Your assignment =>
Copy all lines below containing "ELLIPSE".
━━ Given records
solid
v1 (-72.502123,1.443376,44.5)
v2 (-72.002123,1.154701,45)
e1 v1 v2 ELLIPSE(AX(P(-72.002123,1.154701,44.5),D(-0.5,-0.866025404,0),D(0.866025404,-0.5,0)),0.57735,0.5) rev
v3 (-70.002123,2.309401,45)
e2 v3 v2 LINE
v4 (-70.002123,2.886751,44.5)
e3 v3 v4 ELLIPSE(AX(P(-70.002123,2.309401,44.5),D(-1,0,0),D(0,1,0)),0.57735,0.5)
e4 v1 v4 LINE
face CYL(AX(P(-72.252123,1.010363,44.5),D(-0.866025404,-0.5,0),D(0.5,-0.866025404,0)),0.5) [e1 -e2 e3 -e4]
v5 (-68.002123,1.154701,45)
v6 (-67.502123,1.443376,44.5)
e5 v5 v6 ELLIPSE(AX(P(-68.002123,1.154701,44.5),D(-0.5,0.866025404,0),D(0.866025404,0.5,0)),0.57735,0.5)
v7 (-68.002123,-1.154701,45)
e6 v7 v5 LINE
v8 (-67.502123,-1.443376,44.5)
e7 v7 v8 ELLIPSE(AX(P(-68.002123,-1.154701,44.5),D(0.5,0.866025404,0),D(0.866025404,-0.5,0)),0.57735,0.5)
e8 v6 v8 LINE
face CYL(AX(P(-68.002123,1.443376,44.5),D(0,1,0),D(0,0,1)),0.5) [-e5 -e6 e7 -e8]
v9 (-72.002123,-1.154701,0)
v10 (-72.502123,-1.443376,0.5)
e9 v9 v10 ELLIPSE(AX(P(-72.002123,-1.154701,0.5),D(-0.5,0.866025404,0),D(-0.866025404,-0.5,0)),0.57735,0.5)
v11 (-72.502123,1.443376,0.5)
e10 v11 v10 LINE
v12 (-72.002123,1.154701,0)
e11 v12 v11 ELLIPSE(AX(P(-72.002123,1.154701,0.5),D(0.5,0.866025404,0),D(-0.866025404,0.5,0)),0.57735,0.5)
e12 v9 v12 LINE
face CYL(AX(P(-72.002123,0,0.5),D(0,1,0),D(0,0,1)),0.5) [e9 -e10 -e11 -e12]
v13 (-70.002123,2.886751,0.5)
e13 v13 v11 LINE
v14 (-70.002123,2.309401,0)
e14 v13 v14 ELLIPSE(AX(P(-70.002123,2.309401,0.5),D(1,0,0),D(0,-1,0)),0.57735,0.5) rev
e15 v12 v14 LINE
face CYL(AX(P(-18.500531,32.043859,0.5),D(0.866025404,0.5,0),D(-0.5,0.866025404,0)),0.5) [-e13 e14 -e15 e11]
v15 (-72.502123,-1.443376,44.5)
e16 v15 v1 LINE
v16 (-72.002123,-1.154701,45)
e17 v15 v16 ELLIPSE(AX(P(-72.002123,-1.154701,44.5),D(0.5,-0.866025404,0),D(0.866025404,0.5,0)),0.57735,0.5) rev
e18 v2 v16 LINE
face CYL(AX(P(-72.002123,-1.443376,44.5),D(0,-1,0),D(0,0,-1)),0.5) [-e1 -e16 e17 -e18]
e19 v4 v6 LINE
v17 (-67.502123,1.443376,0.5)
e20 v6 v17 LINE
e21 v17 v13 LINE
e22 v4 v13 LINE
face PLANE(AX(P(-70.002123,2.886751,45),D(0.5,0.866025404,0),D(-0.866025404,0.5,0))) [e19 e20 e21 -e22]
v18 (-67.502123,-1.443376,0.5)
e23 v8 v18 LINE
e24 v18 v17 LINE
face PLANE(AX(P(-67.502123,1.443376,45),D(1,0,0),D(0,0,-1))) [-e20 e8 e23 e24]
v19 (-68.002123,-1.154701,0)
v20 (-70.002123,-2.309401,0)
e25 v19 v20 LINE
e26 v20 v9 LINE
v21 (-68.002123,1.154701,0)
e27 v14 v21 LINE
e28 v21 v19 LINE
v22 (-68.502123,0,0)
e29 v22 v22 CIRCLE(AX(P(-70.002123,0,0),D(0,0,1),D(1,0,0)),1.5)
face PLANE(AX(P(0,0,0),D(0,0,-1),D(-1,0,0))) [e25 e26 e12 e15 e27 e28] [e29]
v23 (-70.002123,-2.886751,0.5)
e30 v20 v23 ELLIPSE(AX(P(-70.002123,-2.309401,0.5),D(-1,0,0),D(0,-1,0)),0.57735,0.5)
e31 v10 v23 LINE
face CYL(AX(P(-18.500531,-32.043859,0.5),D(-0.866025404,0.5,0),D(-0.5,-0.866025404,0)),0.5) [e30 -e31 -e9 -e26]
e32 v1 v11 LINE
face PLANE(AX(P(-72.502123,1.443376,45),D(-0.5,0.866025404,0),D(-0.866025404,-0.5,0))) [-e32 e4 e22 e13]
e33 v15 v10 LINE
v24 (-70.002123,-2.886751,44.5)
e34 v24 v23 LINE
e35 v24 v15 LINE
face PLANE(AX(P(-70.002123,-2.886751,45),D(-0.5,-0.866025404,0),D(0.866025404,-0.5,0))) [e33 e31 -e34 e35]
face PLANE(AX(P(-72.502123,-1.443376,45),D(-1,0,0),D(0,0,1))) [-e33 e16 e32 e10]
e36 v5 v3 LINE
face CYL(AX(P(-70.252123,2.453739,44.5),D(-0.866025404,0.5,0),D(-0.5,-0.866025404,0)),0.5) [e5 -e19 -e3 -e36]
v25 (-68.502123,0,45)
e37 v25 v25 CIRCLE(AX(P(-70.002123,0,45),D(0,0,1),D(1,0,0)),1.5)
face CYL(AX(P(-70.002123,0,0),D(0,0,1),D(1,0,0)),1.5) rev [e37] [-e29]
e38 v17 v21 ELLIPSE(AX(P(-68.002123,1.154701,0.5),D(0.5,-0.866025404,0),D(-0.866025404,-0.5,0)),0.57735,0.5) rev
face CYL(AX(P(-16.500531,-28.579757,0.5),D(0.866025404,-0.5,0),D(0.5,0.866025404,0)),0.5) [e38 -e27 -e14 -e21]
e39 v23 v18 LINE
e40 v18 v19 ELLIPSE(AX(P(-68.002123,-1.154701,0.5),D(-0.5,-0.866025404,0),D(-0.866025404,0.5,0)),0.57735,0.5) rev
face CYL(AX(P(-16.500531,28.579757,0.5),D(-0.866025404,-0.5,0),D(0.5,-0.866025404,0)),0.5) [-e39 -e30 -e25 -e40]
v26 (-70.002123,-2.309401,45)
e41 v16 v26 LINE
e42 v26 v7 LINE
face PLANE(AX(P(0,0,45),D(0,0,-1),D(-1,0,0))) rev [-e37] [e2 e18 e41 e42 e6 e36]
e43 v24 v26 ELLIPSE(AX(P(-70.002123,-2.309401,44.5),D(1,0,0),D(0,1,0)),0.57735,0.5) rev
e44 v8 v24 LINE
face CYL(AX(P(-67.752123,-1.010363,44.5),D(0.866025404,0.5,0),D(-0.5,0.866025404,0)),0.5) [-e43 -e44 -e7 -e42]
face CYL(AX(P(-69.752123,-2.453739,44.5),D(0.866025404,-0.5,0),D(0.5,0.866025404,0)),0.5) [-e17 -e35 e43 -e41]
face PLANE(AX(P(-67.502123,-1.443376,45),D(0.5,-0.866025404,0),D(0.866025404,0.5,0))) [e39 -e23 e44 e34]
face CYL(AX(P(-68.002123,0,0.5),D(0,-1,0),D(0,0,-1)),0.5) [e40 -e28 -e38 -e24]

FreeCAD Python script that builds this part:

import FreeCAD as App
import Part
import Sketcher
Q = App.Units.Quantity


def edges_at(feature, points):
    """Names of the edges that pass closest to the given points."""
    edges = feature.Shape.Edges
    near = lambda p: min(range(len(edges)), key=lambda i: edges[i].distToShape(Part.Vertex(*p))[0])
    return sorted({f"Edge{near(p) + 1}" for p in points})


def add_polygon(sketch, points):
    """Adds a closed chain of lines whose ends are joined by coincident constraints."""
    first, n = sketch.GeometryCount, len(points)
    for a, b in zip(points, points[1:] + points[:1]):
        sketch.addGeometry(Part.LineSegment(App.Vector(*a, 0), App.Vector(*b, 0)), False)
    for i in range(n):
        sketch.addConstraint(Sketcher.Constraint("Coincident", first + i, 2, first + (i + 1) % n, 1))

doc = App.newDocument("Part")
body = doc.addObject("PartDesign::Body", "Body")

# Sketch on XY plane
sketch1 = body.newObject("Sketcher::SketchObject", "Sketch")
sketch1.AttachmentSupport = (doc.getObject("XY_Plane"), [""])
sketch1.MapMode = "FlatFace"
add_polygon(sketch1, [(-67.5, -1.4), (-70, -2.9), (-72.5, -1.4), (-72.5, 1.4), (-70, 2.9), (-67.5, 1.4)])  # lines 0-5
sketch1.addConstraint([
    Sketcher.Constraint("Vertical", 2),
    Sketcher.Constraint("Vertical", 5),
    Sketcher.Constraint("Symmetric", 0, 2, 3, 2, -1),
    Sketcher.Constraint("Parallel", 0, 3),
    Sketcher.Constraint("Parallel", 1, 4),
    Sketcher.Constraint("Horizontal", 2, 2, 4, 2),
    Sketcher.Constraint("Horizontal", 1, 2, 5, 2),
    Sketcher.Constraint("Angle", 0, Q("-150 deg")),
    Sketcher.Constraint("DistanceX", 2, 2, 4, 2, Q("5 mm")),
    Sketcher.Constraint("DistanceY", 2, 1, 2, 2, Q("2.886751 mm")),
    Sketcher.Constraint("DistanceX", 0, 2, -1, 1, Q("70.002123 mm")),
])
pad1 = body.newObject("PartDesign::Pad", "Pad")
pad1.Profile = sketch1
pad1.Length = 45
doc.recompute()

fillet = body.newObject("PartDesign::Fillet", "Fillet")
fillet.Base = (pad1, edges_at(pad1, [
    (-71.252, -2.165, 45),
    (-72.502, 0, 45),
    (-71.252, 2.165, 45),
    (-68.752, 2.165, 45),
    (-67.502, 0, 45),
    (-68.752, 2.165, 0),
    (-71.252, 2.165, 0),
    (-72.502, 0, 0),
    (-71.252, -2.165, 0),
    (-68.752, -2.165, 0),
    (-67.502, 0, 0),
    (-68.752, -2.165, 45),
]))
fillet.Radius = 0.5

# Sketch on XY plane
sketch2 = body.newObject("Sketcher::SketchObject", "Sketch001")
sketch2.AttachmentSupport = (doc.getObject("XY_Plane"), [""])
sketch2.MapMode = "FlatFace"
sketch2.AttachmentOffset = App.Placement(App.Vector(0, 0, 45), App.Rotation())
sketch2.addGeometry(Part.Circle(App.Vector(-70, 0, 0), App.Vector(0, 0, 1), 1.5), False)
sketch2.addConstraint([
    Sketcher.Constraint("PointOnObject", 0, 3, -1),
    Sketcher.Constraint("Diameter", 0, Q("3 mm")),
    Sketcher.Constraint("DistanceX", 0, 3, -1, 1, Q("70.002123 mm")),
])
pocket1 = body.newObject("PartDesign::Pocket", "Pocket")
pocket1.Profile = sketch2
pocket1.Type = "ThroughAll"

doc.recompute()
━━━━
Answer to this problem =>
e1 v1 v2 ELLIPSE(AX(P(-72.002123,1.154701,44.5),D(-0.5,-0.866025404,0),D(0.866025404,-0.5,0)),0.57735,0.5) rev
e3 v3 v4 ELLIPSE(AX(P(-70.002123,2.309401,44.5),D(-1,0,0),D(0,1,0)),0.57735,0.5)
e5 v5 v6 ELLIPSE(AX(P(-68.002123,1.154701,44.5),D(-0.5,0.866025404,0),D(0.866025404,0.5,0)),0.57735,0.5)
e7 v7 v8 ELLIPSE(AX(P(-68.002123,-1.154701,44.5),D(0.5,0.866025404,0),D(0.866025404,-0.5,0)),0.57735,0.5)
e9 v9 v10 ELLIPSE(AX(P(-72.002123,-1.154701,0.5),D(-0.5,0.866025404,0),D(-0.866025404,-0.5,0)),0.57735,0.5)
e11 v12 v11 ELLIPSE(AX(P(-72.002123,1.154701,0.5),D(0.5,0.866025404,0),D(-0.866025404,0.5,0)),0.57735,0.5)
e14 v13 v14 ELLIPSE(AX(P(-70.002123,2.309401,0.5),D(1,0,0),D(0,-1,0)),0.57735,0.5) rev
e17 v15 v16 ELLIPSE(AX(P(-72.002123,-1.154701,44.5),D(0.5,-0.866025404,0),D(0.866025404,0.5,0)),0.57735,0.5) rev
e30 v20 v23 ELLIPSE(AX(P(-70.002123,-2.309401,0.5),D(-1,0,0),D(0,-1,0)),0.57735,0.5)
e38 v17 v21 ELLIPSE(AX(P(-68.002123,1.154701,0.5),D(0.5,-0.866025404,0),D(-0.866025404,-0.5,0)),0.57735,0.5) rev
e40 v18 v19 ELLIPSE(AX(P(-68.002123,-1.154701,0.5),D(-0.5,-0.866025404,0),D(-0.866025404,0.5,0)),0.57735,0.5) rev
e43 v24 v26 ELLIPSE(AX(P(-70.002123,-2.309401,44.5),D(1,0,0),D(0,1,0)),0.57735,0.5) rev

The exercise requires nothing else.